What to work on:
Transcribe word for word the lines below from the line with "#92=EDGE_LOOP('',(#91));" through the line with "#139=VERTEX_POINT('',#138);", ends included.

------ Provided records ------

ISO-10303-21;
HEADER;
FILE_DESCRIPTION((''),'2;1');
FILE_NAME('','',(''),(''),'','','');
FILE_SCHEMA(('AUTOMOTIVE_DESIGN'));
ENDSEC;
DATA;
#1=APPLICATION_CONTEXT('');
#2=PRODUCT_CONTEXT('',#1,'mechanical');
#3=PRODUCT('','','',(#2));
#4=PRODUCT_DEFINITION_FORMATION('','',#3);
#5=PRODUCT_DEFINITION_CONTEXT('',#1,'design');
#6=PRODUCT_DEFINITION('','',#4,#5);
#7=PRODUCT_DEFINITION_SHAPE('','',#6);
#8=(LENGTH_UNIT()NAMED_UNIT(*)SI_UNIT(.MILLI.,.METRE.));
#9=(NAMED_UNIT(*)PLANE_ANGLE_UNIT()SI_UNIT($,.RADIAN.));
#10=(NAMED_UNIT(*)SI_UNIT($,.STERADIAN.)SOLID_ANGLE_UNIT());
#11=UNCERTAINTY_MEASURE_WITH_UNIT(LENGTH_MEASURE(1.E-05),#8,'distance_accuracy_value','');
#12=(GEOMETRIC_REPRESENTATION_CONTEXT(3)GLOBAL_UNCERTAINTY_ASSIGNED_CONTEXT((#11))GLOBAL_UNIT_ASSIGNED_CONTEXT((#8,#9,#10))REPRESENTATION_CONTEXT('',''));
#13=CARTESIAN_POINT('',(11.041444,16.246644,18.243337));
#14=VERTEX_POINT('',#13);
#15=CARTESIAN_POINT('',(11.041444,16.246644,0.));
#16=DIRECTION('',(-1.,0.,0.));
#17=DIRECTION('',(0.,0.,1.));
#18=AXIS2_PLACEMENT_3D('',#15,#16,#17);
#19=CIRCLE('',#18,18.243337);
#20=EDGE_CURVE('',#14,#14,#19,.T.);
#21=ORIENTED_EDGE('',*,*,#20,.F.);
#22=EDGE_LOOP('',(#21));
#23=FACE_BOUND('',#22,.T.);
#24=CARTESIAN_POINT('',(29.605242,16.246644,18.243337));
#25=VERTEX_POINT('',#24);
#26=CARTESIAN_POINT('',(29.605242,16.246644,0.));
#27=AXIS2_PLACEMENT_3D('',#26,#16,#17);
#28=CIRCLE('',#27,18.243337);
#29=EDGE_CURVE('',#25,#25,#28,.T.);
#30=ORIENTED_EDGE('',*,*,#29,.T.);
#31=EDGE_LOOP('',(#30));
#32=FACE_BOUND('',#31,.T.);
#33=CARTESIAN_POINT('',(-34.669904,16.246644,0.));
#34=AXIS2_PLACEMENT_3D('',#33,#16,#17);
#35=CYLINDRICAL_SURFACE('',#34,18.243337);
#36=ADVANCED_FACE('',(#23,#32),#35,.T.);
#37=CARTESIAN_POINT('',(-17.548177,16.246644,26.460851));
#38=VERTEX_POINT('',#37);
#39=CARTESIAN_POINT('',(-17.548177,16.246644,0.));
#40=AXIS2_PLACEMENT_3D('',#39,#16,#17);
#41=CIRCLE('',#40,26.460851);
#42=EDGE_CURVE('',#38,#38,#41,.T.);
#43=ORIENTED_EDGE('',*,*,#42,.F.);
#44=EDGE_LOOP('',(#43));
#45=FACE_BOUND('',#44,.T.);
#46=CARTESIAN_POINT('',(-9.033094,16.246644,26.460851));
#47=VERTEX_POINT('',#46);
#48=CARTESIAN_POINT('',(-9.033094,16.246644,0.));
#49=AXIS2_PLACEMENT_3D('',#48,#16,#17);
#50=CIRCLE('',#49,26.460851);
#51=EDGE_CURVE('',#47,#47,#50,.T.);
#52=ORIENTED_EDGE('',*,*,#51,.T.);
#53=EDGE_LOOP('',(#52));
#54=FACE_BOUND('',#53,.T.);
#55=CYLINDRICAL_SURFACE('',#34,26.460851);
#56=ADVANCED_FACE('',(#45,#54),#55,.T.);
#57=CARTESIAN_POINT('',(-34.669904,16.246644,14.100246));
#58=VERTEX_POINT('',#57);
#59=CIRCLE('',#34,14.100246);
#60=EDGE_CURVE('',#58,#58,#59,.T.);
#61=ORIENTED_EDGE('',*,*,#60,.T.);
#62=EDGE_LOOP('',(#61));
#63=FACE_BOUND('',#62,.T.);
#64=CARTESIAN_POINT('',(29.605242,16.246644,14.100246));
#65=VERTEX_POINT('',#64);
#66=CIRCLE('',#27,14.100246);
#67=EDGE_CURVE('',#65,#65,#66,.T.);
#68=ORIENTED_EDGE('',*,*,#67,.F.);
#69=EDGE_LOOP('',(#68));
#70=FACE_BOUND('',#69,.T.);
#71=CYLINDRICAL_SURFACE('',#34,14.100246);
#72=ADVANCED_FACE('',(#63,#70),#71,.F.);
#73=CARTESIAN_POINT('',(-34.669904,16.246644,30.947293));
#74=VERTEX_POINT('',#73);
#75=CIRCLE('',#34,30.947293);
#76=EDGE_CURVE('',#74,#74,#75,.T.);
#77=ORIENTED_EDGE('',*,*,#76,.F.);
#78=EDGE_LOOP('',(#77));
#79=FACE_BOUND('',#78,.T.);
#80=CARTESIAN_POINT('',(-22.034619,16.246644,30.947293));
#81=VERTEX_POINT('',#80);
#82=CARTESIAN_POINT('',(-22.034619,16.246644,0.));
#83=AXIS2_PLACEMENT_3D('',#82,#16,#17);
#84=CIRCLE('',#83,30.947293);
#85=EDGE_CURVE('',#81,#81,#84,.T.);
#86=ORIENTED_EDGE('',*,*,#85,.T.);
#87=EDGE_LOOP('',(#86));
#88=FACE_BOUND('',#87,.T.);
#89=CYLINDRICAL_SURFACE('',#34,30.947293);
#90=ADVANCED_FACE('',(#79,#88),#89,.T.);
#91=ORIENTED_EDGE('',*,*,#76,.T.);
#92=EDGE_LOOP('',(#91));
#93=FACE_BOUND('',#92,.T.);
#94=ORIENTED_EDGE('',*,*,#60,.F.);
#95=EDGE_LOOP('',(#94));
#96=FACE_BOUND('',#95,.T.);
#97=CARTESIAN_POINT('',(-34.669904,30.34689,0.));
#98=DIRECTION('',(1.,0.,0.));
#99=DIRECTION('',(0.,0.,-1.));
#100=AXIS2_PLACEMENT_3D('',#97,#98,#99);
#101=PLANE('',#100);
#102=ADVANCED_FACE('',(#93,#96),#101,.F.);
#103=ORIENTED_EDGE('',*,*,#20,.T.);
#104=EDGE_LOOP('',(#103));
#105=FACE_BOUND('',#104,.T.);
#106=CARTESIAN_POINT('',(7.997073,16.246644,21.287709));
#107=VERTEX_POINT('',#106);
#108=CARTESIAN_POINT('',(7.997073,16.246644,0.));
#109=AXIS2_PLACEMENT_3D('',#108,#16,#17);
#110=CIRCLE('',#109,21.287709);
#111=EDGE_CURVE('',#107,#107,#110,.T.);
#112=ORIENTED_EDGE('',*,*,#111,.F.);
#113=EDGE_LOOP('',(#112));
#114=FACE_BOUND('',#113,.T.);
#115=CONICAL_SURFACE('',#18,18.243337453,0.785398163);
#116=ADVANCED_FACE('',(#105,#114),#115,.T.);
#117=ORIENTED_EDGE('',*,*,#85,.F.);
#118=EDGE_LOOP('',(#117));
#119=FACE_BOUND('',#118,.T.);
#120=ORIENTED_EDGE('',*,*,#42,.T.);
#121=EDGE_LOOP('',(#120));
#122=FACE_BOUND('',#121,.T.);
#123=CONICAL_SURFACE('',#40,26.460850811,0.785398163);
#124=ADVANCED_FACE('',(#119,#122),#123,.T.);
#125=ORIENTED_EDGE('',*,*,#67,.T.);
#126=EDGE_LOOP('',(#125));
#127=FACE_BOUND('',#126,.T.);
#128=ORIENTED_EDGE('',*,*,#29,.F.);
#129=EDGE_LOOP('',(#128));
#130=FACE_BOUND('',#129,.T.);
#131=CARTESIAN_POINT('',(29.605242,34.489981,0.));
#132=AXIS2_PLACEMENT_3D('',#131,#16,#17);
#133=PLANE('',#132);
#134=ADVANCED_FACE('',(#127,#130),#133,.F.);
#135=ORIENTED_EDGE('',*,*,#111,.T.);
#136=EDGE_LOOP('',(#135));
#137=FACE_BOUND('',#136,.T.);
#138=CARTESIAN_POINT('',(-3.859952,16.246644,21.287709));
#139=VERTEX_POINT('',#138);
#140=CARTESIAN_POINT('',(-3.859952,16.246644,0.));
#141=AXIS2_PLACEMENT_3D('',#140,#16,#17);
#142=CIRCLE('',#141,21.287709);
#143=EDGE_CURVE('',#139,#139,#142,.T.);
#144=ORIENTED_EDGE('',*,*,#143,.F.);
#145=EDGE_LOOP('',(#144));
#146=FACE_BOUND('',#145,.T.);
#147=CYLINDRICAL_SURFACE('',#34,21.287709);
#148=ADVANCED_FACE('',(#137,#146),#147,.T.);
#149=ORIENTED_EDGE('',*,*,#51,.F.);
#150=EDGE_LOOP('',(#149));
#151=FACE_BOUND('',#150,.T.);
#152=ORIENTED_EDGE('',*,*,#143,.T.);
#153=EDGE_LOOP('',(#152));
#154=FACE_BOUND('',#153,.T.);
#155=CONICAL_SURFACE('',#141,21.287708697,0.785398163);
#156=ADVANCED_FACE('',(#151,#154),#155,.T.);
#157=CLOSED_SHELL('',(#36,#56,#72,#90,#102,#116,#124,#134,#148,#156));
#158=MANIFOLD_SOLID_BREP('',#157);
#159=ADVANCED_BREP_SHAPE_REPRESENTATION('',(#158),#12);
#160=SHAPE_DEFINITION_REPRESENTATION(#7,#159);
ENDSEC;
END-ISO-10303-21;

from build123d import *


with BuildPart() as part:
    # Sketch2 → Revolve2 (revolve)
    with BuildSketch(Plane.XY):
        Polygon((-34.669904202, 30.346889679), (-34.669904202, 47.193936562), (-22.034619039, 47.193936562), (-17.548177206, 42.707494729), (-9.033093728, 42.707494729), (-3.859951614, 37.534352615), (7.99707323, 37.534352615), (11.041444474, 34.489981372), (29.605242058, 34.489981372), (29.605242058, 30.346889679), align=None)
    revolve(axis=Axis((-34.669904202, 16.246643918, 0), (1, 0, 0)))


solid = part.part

------

Result:
#92=EDGE_LOOP('',(#91));
#93=FACE_BOUND('',#92,.T.);
#94=ORIENTED_EDGE('',*,*,#60,.F.);
#95=EDGE_LOOP('',(#94));
#96=FACE_BOUND('',#95,.T.);
#97=CARTESIAN_POINT('',(-34.669904,30.34689,0.));
#98=DIRECTION('',(1.,0.,0.));
#99=DIRECTION('',(0.,0.,-1.));
#100=AXIS2_PLACEMENT_3D('',#97,#98,#99);
#101=PLANE('',#100);
#102=ADVANCED_FACE('',(#93,#96),#101,.F.);
#103=ORIENTED_EDGE('',*,*,#20,.T.);
#104=EDGE_LOOP('',(#103));
#105=FACE_BOUND('',#104,.T.);
#106=CARTESIAN_POINT('',(7.997073,16.246644,21.287709));
#107=VERTEX_POINT('',#106);
#108=CARTESIAN_POINT('',(7.997073,16.246644,0.));
#109=AXIS2_PLACEMENT_3D('',#108,#16,#17);
#110=CIRCLE('',#109,21.287709);
#111=EDGE_CURVE('',#107,#107,#110,.T.);
#112=ORIENTED_EDGE('',*,*,#111,.F.);
#113=EDGE_LOOP('',(#112));
#114=FACE_BOUND('',#113,.T.);
#115=CONICAL_SURFACE('',#18,18.243337453,0.785398163);
#116=ADVANCED_FACE('',(#105,#114),#115,.T.);
#117=ORIENTED_EDGE('',*,*,#85,.F.);
#118=EDGE_LOOP('',(#117));
#119=FACE_BOUND('',#118,.T.);
#120=ORIENTED_EDGE('',*,*,#42,.T.);
#121=EDGE_LOOP('',(#120));
#122=FACE_BOUND('',#121,.T.);
#123=CONICAL_SURFACE('',#40,26.460850811,0.785398163);
#124=ADVANCED_FACE('',(#119,#122),#123,.T.);
#125=ORIENTED_EDGE('',*,*,#67,.T.);
#126=EDGE_LOOP('',(#125));
#127=FACE_BOUND('',#126,.T.);
#128=ORIENTED_EDGE('',*,*,#29,.F.);
#129=EDGE_LOOP('',(#128));
#130=FACE_BOUND('',#129,.T.);
#131=CARTESIAN_POINT('',(29.605242,34.489981,0.));
#132=AXIS2_PLACEMENT_3D('',#131,#16,#17);
#133=PLANE('',#132);
#134=ADVANCED_FACE('',(#127,#130),#133,.F.);
#135=ORIENTED_EDGE('',*,*,#111,.T.);
#136=EDGE_LOOP('',(#135));
#137=FACE_BOUND('',#136,.T.);
#138=CARTESIAN_POINT('',(-3.859952,16.246644,21.287709));
#139=VERTEX_POINT('',#138);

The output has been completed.